◆ DESCRIPTION OF THE TASK ◆
Beneath this task are records; print exactly the stretch of them from the line with "f 112 111 113" through the line with "f 141 90 92", both ends included.

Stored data
=======

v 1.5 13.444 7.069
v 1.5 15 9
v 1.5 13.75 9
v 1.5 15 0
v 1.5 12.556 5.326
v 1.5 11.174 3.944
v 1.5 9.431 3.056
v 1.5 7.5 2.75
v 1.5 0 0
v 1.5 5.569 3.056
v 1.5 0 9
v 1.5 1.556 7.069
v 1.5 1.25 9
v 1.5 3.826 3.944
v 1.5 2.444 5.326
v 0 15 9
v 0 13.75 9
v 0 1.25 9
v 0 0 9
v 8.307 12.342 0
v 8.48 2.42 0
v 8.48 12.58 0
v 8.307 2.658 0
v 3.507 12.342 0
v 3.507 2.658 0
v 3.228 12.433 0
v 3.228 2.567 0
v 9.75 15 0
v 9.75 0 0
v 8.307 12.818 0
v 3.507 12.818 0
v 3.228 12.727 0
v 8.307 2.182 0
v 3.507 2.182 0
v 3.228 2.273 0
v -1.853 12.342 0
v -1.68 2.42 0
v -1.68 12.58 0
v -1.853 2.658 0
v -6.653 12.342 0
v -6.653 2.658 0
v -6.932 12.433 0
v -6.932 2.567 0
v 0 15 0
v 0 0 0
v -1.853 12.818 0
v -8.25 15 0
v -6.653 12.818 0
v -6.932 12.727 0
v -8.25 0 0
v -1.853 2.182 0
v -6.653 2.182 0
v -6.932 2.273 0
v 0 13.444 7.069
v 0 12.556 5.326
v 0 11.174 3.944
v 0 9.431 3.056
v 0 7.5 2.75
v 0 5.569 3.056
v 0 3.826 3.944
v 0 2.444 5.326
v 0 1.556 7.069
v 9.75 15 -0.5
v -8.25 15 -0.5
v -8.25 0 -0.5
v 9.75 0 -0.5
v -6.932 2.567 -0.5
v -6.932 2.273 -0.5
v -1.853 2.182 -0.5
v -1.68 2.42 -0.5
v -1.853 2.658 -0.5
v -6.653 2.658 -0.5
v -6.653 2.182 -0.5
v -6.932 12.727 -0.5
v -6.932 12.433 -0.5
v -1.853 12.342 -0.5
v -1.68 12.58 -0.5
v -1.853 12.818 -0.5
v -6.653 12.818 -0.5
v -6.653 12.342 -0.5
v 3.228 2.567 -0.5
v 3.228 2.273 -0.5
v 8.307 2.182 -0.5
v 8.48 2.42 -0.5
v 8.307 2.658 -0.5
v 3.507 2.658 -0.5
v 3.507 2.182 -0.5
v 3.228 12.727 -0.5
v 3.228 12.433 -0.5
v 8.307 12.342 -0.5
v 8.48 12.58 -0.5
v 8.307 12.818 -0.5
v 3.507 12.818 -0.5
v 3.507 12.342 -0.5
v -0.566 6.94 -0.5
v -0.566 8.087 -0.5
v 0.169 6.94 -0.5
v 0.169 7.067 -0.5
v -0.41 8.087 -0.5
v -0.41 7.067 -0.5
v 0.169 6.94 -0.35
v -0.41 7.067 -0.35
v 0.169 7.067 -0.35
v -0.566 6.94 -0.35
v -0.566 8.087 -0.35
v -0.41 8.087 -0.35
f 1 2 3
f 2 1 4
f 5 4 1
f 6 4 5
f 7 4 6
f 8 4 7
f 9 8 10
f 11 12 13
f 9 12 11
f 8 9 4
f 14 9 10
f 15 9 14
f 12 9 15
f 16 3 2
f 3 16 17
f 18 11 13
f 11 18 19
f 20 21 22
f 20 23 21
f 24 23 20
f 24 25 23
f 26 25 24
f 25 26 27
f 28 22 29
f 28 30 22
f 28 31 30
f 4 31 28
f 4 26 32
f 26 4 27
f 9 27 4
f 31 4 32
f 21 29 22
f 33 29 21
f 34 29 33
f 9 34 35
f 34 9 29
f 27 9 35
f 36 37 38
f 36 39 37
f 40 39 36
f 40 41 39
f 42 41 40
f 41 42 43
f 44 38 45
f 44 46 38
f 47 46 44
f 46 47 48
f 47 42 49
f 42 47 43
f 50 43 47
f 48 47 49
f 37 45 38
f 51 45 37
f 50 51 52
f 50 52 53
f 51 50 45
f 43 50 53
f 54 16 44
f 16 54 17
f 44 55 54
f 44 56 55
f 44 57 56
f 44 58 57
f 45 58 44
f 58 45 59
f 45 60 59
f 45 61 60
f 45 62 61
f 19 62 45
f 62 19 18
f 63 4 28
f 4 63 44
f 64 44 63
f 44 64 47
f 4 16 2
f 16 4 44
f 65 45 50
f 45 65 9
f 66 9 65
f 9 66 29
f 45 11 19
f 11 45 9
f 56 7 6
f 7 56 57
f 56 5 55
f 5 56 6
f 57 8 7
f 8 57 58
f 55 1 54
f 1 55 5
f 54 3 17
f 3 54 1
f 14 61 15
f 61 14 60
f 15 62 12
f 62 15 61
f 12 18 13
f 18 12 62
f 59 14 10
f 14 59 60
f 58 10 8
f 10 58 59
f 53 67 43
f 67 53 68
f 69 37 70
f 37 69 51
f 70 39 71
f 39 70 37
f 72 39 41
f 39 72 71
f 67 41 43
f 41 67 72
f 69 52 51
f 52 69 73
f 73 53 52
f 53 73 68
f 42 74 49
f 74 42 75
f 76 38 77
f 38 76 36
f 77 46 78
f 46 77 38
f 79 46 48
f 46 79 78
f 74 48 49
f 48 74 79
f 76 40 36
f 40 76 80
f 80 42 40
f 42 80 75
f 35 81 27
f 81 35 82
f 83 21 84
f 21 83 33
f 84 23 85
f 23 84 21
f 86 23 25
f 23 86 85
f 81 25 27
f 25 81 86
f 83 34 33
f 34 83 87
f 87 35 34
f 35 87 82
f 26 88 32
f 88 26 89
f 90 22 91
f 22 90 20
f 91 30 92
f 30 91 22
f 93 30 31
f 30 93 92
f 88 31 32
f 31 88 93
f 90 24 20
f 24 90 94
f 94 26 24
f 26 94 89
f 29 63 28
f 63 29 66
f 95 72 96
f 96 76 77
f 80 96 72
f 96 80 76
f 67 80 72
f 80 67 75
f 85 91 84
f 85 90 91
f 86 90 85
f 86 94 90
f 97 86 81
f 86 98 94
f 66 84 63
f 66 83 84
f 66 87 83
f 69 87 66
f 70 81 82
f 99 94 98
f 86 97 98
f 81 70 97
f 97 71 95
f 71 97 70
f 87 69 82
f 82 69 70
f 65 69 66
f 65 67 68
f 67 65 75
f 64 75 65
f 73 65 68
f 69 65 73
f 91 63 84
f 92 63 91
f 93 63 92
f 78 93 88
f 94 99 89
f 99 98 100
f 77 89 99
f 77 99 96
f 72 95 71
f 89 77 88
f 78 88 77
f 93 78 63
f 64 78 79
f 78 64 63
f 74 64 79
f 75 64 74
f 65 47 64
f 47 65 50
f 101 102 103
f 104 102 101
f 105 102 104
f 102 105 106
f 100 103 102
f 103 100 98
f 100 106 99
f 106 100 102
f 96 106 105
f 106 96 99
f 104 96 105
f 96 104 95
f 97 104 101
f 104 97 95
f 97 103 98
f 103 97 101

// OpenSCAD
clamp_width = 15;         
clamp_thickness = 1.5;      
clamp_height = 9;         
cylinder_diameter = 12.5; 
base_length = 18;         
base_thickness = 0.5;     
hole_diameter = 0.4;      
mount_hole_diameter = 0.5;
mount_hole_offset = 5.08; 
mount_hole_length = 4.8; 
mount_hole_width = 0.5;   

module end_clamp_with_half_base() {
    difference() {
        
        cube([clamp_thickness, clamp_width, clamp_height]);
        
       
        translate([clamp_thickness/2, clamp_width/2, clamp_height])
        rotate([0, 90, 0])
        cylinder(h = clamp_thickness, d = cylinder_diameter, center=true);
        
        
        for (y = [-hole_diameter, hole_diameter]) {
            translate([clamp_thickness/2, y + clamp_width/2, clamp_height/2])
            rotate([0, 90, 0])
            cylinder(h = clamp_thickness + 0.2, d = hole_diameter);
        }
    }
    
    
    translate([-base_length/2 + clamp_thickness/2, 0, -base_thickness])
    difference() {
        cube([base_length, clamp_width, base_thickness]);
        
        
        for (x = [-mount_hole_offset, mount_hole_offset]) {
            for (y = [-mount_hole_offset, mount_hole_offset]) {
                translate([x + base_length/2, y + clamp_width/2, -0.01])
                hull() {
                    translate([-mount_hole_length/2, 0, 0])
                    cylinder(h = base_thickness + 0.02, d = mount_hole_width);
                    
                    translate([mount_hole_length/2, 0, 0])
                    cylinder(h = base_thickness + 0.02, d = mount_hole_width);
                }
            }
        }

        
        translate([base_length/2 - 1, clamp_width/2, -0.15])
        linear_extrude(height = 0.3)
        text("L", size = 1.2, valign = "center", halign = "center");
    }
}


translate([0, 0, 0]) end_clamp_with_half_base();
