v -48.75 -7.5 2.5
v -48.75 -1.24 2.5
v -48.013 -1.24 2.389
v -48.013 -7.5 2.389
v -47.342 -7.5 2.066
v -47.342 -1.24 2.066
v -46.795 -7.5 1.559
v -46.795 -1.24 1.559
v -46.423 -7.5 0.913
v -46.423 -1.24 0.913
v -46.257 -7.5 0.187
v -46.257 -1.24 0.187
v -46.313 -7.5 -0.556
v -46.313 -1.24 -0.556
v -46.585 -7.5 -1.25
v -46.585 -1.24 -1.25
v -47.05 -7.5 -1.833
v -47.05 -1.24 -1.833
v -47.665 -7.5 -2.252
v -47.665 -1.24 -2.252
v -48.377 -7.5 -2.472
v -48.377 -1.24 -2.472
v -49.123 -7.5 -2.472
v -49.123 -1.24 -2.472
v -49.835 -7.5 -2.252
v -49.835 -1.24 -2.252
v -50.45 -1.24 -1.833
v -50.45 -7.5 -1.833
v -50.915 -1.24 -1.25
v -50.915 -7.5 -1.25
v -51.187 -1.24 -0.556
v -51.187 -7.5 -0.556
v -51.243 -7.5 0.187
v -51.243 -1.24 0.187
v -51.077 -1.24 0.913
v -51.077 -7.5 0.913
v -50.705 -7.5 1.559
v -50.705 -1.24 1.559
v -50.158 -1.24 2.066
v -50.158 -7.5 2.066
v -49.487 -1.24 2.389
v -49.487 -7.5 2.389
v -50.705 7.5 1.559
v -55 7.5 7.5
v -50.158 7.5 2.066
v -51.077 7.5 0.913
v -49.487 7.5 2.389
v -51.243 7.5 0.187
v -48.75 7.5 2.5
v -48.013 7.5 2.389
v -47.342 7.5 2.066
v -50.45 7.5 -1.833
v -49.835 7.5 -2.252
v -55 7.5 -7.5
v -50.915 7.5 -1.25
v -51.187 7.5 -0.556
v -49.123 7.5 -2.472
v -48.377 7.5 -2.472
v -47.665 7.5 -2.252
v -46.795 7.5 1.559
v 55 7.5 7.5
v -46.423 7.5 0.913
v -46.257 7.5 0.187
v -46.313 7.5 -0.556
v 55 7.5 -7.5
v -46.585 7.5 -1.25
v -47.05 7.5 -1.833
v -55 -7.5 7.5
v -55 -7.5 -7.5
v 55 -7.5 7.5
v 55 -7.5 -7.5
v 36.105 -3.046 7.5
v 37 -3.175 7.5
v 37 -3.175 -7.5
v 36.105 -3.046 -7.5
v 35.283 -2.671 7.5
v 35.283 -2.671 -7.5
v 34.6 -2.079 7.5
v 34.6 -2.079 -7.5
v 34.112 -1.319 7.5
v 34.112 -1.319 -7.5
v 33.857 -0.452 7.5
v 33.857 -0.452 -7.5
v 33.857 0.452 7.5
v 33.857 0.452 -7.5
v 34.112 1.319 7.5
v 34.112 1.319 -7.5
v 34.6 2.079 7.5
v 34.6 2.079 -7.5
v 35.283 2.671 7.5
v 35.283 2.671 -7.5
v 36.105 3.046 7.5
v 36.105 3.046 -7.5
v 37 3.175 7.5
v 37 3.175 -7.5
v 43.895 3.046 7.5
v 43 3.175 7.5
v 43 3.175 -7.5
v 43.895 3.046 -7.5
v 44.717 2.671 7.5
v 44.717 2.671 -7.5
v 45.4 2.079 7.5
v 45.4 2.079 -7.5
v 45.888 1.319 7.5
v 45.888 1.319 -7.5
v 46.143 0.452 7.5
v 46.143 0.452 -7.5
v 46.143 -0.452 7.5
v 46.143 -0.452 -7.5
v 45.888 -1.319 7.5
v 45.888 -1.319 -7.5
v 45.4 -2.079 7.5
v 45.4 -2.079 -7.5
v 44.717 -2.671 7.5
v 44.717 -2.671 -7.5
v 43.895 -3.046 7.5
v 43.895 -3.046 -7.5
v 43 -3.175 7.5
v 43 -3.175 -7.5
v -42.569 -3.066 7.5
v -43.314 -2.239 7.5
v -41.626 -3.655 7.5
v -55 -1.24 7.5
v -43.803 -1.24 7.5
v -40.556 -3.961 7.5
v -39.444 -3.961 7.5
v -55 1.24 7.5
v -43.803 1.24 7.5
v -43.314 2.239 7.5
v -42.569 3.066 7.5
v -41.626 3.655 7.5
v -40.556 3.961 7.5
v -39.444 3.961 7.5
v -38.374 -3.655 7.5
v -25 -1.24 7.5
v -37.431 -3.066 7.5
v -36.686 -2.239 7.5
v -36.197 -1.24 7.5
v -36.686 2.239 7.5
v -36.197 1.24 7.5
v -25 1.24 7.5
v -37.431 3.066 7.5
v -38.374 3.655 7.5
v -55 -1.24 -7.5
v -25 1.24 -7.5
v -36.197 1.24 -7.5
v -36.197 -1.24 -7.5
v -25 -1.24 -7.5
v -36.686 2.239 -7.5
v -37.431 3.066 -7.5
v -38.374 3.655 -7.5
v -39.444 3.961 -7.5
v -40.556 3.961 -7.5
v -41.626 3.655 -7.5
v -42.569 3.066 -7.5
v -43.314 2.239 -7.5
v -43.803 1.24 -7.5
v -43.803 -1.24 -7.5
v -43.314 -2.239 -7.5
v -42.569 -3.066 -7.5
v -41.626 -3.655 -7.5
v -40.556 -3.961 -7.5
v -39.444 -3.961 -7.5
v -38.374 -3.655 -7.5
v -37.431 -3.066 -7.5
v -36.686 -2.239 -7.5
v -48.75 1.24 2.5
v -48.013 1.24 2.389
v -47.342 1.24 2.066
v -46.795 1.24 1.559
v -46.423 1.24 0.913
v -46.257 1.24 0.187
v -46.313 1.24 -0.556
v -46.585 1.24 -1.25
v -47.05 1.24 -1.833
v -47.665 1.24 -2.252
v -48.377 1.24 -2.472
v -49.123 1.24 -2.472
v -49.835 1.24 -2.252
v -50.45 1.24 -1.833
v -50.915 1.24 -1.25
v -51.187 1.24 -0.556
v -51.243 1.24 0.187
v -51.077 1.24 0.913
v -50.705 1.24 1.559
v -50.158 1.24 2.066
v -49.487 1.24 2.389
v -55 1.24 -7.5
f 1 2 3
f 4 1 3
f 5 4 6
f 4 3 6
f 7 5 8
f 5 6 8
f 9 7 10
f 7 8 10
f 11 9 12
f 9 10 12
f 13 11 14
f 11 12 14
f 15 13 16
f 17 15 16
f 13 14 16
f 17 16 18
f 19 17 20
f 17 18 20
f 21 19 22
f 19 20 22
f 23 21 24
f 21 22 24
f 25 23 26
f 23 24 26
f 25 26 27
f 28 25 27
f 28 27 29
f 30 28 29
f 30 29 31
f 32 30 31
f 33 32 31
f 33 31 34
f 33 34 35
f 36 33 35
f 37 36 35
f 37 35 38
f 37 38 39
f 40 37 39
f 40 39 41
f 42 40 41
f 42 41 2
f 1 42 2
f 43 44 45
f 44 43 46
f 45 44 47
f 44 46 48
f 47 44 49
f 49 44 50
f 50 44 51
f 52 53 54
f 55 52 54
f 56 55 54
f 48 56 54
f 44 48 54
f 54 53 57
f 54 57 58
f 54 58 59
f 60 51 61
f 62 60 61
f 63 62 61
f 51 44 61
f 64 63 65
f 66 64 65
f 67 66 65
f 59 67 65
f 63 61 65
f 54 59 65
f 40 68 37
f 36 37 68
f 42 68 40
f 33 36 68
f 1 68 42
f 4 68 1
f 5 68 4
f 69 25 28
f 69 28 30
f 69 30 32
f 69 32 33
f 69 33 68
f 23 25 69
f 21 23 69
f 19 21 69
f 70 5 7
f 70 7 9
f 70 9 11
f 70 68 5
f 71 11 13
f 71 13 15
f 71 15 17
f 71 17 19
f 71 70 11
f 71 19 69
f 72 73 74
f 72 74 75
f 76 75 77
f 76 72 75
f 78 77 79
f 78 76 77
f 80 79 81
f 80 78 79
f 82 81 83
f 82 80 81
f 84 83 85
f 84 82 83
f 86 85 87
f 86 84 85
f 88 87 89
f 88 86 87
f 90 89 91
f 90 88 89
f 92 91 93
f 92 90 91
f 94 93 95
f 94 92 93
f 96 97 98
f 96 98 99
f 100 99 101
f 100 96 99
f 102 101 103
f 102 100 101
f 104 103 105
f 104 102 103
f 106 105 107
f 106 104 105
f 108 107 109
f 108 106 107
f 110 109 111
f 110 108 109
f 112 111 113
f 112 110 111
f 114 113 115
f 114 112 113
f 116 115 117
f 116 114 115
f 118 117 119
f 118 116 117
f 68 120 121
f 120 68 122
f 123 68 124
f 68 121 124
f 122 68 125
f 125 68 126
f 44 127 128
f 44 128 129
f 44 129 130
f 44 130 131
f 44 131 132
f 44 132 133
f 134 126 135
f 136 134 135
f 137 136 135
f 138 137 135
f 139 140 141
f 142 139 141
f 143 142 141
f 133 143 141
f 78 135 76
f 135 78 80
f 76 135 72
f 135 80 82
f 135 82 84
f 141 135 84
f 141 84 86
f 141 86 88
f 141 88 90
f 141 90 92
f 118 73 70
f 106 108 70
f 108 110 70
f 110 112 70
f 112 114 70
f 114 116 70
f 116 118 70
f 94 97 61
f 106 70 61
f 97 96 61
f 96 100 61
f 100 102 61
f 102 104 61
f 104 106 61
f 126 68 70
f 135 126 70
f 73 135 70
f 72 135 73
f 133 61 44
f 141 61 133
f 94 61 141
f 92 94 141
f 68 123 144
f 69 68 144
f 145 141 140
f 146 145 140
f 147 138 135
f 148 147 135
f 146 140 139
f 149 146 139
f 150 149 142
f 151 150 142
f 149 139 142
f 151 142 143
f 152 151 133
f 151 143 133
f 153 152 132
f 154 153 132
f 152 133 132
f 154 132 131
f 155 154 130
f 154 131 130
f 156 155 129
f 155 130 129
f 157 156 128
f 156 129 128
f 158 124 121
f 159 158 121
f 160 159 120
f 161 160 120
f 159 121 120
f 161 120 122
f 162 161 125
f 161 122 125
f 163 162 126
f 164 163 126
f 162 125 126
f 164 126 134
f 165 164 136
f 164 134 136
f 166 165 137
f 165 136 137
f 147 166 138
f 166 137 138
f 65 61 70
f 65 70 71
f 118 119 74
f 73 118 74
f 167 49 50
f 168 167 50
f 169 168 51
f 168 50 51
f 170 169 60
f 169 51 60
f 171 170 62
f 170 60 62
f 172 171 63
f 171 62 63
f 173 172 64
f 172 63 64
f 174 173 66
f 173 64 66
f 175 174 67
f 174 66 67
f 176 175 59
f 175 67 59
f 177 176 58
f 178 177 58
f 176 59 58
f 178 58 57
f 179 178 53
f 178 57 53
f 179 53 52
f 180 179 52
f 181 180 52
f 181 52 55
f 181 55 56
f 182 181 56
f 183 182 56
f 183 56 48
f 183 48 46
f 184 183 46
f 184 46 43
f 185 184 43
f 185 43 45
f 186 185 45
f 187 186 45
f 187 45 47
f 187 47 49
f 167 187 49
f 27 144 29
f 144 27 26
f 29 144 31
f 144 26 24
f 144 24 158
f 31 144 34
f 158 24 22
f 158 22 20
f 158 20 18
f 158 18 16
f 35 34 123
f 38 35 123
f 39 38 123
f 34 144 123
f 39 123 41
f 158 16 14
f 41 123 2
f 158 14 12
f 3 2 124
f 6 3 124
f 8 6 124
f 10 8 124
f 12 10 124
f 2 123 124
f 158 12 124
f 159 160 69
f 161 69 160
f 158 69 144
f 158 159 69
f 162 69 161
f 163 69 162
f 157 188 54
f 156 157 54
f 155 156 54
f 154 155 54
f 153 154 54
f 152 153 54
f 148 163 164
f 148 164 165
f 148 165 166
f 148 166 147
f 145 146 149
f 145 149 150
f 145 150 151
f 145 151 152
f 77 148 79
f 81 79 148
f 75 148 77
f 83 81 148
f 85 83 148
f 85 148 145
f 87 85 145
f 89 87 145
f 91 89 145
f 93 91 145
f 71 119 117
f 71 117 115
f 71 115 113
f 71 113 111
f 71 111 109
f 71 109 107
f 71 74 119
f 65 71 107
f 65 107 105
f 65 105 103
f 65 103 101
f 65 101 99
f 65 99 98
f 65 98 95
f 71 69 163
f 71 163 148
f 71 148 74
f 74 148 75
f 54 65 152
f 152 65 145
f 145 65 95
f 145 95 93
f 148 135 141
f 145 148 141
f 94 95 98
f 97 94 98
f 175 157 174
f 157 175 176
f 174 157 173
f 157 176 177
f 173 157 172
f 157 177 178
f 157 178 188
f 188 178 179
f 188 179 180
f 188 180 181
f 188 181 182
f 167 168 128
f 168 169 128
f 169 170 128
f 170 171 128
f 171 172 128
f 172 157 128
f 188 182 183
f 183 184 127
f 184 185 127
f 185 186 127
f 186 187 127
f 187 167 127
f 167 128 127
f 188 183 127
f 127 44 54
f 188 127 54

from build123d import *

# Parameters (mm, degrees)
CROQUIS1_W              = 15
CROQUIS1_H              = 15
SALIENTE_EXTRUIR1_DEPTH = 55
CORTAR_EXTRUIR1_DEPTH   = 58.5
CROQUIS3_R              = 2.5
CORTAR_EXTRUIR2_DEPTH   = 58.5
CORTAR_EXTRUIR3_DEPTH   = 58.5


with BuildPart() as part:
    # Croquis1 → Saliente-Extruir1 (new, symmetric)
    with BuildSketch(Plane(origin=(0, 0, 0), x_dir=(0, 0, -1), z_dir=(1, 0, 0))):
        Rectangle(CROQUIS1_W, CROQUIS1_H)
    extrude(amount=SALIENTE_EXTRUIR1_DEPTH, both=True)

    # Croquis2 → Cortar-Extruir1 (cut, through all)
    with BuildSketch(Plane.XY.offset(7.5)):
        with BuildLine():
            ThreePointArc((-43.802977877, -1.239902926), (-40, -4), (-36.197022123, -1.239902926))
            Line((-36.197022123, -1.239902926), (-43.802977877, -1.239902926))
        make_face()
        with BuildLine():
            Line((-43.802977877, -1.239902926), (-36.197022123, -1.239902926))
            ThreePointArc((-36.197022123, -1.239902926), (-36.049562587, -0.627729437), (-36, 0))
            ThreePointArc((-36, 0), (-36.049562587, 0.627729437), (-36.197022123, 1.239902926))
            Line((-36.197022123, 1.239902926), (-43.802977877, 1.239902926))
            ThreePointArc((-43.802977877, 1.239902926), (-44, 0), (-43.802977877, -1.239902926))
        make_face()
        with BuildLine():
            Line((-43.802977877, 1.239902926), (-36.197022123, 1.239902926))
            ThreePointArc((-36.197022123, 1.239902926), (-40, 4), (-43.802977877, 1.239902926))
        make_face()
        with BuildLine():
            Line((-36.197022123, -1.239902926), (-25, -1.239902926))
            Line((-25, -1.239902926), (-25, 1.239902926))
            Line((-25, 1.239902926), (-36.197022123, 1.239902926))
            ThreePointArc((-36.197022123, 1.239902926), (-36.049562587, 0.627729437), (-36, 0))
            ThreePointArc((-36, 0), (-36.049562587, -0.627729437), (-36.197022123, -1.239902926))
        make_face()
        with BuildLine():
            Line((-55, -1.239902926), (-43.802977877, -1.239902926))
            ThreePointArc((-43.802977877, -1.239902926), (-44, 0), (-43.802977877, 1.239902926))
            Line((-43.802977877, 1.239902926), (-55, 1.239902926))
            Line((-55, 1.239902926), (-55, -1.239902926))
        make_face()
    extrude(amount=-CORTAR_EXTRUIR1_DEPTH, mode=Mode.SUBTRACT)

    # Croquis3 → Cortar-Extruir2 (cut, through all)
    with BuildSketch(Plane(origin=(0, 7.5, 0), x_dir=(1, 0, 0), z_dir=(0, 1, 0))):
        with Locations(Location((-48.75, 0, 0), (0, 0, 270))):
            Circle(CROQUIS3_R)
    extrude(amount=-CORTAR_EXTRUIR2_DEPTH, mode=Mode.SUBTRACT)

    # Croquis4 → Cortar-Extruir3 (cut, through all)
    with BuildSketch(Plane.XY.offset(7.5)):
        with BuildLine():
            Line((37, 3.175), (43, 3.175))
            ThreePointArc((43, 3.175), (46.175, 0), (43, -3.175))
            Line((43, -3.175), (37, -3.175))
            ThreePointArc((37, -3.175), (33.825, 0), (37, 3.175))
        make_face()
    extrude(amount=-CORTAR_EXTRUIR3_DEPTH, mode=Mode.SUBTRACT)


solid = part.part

=======

◆ RESULT OF THIS TASK ◆
f 112 111 113
f 112 110 111
f 114 113 115
f 114 112 113
f 116 115 117
f 116 114 115
f 118 117 119
f 118 116 117
f 68 120 121
f 120 68 122
f 123 68 124
f 68 121 124
f 122 68 125
f 125 68 126
f 44 127 128
f 44 128 129
f 44 129 130
f 44 130 131
f 44 131 132
f 44 132 133
f 134 126 135
f 136 134 135
f 137 136 135
f 138 137 135
f 139 140 141
f 142 139 141
f 143 142 141
f 133 143 141
f 78 135 76
f 135 78 80
f 76 135 72
f 135 80 82
f 135 82 84
f 141 135 84
f 141 84 86
f 141 86 88
f 141 88 90
f 141 90 92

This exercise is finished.